After all tables have been created, upload the BABS notebook into Hue

Bay Area BikeShare notebook

The pyspark code below can be run in CDSW (incomplete as of <2017-12-06 Wed>)

# ### Create a Spark Session
from pyspark.sql import SparkSession, SQLContext
from pyspark.sql.types import *


spark = SparkSession.builder.appName("Bay Area Bikeshare").getOrCreate()
sc = spark.sparkContext
sqlContext = SQLContext(sc)

schema = StructType(
    [
    StructField("trip_id", IntegerType(), True),
    StructField("duration", IntegerType(), True),
    StructField("date_start", TimestampType(), True),
    StructField("start_station", StringType(), True),
    StructField("start_terminal", IntegerType(), True),
    StructField("date_end", TimestampType(), True),
    StructField("end_station", StringType(), True),
    StructField("end_terminal", IntegerType(), True),
    StructField("bike_num", IntegerType(), True),
    StructField("subscription_type", StringType(), True),
    StructField("zip", StringType(), True)])

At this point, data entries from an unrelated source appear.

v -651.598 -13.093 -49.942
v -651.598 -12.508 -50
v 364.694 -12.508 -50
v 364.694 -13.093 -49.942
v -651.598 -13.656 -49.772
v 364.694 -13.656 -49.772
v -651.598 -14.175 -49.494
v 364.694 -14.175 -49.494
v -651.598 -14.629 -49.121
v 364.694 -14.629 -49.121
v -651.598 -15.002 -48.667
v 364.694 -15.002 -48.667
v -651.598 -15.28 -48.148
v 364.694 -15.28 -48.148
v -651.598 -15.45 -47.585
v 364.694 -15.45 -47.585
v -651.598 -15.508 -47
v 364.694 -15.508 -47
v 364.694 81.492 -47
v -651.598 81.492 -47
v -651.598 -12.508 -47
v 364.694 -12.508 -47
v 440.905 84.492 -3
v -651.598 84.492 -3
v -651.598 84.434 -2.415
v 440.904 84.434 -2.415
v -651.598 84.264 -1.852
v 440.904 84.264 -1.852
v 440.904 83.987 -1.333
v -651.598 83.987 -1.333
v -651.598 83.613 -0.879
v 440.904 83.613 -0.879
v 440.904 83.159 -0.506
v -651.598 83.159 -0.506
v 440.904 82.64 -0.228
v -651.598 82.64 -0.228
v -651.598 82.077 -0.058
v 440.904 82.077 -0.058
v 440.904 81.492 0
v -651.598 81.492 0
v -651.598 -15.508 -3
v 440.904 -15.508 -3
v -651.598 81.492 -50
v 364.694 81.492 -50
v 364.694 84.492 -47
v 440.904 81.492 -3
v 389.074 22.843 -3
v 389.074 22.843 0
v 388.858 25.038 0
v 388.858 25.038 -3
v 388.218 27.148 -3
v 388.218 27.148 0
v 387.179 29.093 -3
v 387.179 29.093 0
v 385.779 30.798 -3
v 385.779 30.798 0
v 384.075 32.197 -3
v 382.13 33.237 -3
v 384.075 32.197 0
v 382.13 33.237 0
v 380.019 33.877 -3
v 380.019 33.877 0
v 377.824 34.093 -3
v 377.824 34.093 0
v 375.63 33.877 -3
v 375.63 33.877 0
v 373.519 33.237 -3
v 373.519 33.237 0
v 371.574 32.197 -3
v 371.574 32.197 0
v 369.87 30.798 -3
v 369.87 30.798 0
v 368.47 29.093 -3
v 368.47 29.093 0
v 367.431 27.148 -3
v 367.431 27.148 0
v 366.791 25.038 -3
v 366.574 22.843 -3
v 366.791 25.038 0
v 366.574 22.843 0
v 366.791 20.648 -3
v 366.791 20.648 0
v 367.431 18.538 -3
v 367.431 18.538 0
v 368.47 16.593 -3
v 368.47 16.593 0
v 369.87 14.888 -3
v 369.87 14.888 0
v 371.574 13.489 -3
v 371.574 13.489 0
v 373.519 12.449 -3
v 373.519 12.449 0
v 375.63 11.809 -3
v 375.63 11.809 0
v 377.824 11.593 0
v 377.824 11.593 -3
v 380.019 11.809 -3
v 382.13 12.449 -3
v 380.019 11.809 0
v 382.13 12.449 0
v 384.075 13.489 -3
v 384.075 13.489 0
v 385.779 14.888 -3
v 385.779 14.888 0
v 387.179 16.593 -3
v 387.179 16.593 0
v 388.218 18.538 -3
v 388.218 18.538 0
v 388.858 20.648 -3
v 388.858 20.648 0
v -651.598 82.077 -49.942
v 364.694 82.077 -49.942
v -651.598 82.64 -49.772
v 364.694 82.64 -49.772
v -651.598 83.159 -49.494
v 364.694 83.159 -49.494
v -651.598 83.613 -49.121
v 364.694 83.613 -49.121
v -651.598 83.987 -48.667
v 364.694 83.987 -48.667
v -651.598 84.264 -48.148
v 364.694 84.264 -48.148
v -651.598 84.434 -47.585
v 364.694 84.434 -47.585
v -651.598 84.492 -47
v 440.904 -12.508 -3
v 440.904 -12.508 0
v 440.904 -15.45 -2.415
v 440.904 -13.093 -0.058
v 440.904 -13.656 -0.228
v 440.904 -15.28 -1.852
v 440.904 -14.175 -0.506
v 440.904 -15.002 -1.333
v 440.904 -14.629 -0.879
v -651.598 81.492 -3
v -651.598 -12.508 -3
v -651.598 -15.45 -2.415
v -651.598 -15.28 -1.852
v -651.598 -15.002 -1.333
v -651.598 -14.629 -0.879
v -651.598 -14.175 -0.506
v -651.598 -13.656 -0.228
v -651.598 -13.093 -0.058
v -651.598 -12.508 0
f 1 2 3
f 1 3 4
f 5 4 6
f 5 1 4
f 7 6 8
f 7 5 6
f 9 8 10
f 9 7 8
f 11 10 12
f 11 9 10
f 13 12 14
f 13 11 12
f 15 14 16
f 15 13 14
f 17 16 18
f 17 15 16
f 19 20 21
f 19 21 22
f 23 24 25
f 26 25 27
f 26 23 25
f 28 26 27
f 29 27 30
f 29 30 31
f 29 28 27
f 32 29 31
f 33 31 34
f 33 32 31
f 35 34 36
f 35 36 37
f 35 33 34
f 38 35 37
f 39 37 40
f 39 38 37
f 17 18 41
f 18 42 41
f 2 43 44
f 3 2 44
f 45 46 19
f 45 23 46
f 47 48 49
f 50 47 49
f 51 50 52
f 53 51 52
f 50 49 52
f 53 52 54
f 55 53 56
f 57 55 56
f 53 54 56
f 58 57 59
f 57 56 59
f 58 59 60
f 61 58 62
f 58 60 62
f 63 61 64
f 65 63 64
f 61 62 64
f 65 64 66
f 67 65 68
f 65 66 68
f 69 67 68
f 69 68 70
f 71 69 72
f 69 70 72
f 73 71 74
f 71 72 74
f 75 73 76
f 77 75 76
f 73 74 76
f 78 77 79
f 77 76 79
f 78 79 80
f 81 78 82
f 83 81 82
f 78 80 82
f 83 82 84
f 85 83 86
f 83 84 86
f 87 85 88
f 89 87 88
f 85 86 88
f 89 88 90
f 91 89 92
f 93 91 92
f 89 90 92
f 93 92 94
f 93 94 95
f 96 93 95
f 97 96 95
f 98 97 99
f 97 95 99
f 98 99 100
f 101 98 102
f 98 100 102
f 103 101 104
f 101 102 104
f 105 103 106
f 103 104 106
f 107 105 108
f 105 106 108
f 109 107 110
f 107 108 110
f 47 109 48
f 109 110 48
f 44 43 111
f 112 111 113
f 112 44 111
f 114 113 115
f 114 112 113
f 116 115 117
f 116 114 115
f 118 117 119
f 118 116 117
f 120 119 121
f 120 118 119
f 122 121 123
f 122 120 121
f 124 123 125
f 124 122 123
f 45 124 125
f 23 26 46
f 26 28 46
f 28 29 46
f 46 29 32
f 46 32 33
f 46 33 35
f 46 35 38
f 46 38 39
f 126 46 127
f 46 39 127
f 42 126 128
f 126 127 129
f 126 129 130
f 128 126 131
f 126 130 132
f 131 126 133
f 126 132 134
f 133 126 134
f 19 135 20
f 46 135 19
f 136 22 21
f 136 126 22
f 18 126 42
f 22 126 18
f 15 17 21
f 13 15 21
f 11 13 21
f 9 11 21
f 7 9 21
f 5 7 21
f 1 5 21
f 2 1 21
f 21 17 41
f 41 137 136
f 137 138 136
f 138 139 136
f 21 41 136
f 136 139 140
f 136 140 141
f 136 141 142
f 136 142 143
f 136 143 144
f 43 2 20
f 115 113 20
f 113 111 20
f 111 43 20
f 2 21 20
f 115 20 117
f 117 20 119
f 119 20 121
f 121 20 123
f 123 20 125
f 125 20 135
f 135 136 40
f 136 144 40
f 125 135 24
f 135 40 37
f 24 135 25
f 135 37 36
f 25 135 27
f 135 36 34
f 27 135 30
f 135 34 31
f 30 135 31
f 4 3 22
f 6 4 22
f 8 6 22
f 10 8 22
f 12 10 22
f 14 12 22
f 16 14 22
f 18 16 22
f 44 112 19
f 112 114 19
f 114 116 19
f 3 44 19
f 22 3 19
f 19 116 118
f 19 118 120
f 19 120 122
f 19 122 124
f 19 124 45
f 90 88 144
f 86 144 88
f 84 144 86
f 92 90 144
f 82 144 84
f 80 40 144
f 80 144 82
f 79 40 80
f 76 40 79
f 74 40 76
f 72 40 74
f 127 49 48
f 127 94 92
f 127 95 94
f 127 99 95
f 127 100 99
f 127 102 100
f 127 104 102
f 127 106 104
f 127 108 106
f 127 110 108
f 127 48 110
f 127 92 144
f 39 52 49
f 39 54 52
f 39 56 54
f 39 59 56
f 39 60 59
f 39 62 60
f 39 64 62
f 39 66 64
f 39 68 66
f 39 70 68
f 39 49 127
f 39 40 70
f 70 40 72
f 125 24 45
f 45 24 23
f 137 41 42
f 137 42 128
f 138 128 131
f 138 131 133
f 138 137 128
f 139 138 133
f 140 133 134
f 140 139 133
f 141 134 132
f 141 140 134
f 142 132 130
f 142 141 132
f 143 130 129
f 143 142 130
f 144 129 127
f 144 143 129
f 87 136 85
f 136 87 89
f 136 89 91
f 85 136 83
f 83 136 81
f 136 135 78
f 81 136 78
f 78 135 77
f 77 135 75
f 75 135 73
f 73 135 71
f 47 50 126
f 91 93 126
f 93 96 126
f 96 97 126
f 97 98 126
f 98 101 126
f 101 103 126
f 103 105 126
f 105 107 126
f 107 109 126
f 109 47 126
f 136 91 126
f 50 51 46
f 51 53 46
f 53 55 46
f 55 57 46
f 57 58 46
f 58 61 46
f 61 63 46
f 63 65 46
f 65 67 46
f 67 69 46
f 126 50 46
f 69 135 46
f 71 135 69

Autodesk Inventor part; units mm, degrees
ref_plane "YZ Plane" through (0, 0, 0) normal (1, 0, 0) x (0, 1, 0)
ref_plane "XZ Plane" through (0, 0, 0) normal (0, 1, 0) x (-1, 0, 0)
ref_plane "XY Plane" through (0, 0, 0) normal (0, 0, 1) x (1, 0, 0)
sketch "Sketch1" plane through (0, 0, 0) normal (0, 0, 1) x (1, 0, 0)
  line L0 (-651.5983, 84.4921) -> (440.9045, 84.4921)
  line L1 (440.9045, 84.4921) -> (440.9045, -15.5079)
  line L2 (440.9045, -15.5079) -> (-651.5983, -15.5079)
  line L3 (-651.5983, -15.5079) -> (-651.5983, 84.4921)
  line L4 (-651.5983, -15.5079) -> (-899.2765, -81.873) projected
  point P0 (0, 0)
  dimension "d0" = 100
extrude "Extrusion1" add sketch "Sketch1" against normal blind 50
fillet "Fillet1" radius 3 4 edges at (-105.3469, 84.4921, 0) (-105.3469, 84.4921, -50) (-105.3469, -15.5079, 0) (-105.3469, -15.5079, -50)
shell "Shell1" thickness 3 removed faces 2 at (440.9045, 18.8255, -33.3333) at (-651.5983, 18.8255, -33.3333)
sketch "Sketch2" plane through (0, 0, 0) normal (0, 0, 1) x (1, 0, 0)
  circle A0 centre (377.8245, 22.8431) radius 11.25 projected
  point P0 (0, 0)
extrude "Extrusion2" cut sketch "Sketch2" against normal through all
sketch "Sketch3" plane through (-651.5983, 84.4921, -47) normal (0, 1, 0) x (1, 0, 0)
  line L0 (0, 0) -> (1092.5029, 0) projected
  line L1 (0, -44) -> (0, 0) projected
  line L2 (1092.5029, -44) -> (0, -44) projected
  line L3 (1092.5029, -44) -> (1092.5029, 0) projected
  line L4 (1092.5029, -44) -> (1016.2926, 0)
  line L5 (0, 0) -> (1092.5029, 0) projected
  line L6 (1092.5029, -44) -> (1101.6667, -44)
  line L7 (1101.6667, -44) -> (1101.6667, 18.4263)
  line L8 (1101.6667, 18.4263) -> (1016.2926, 18.4263)
  line L9 (1016.2926, 18.4263) -> (1016.2926, 0)
  point P0 (651.5983, -47)
  dimension "d8" = 30
extrude "Extrusion3" cut sketch "Sketch3" against normal through all contours L9 L8 L7 L6 L3 L0 | L0 L3 L4
properties part number "Barra nuevo pivote"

trips = sc.textFile('/user/gregj/data/babs/trip/201402_trip_data.csv')

trips = trips.map(lambda line: line.split(","))

station_70 = trips.filter(lambda x: x[4] == '70')

# Emit tuple of ((date, hour), 1)
trips_by_day_hour = station_70.map(lambda x: ((x[2].split()[0], x[2].split()[1].split(':')[0]), 1))

trips_by_day_hour = trips_by_day_hour.reduceByKey(lambda a, b: a+b)

# Emit tuple of (hour, count)
trips_by_hour = trips_by_day_hour.map(lambda x: (int(x[0][1]), x[1]))

avg_trips_by_hour = trips_by_hour.combineByKey( (lambda x: (x, 1)), 
                                                (lambda x, y: (x[0] + y, x[1] + 1)), 
                                                    (lambda x, y: (x[0] + y[0], x[1] + y[1])) 
                                                    )
avg_trips_by_hour = avg_trips_by_hour.mapValues(lambda v : v[0] / v[1]) 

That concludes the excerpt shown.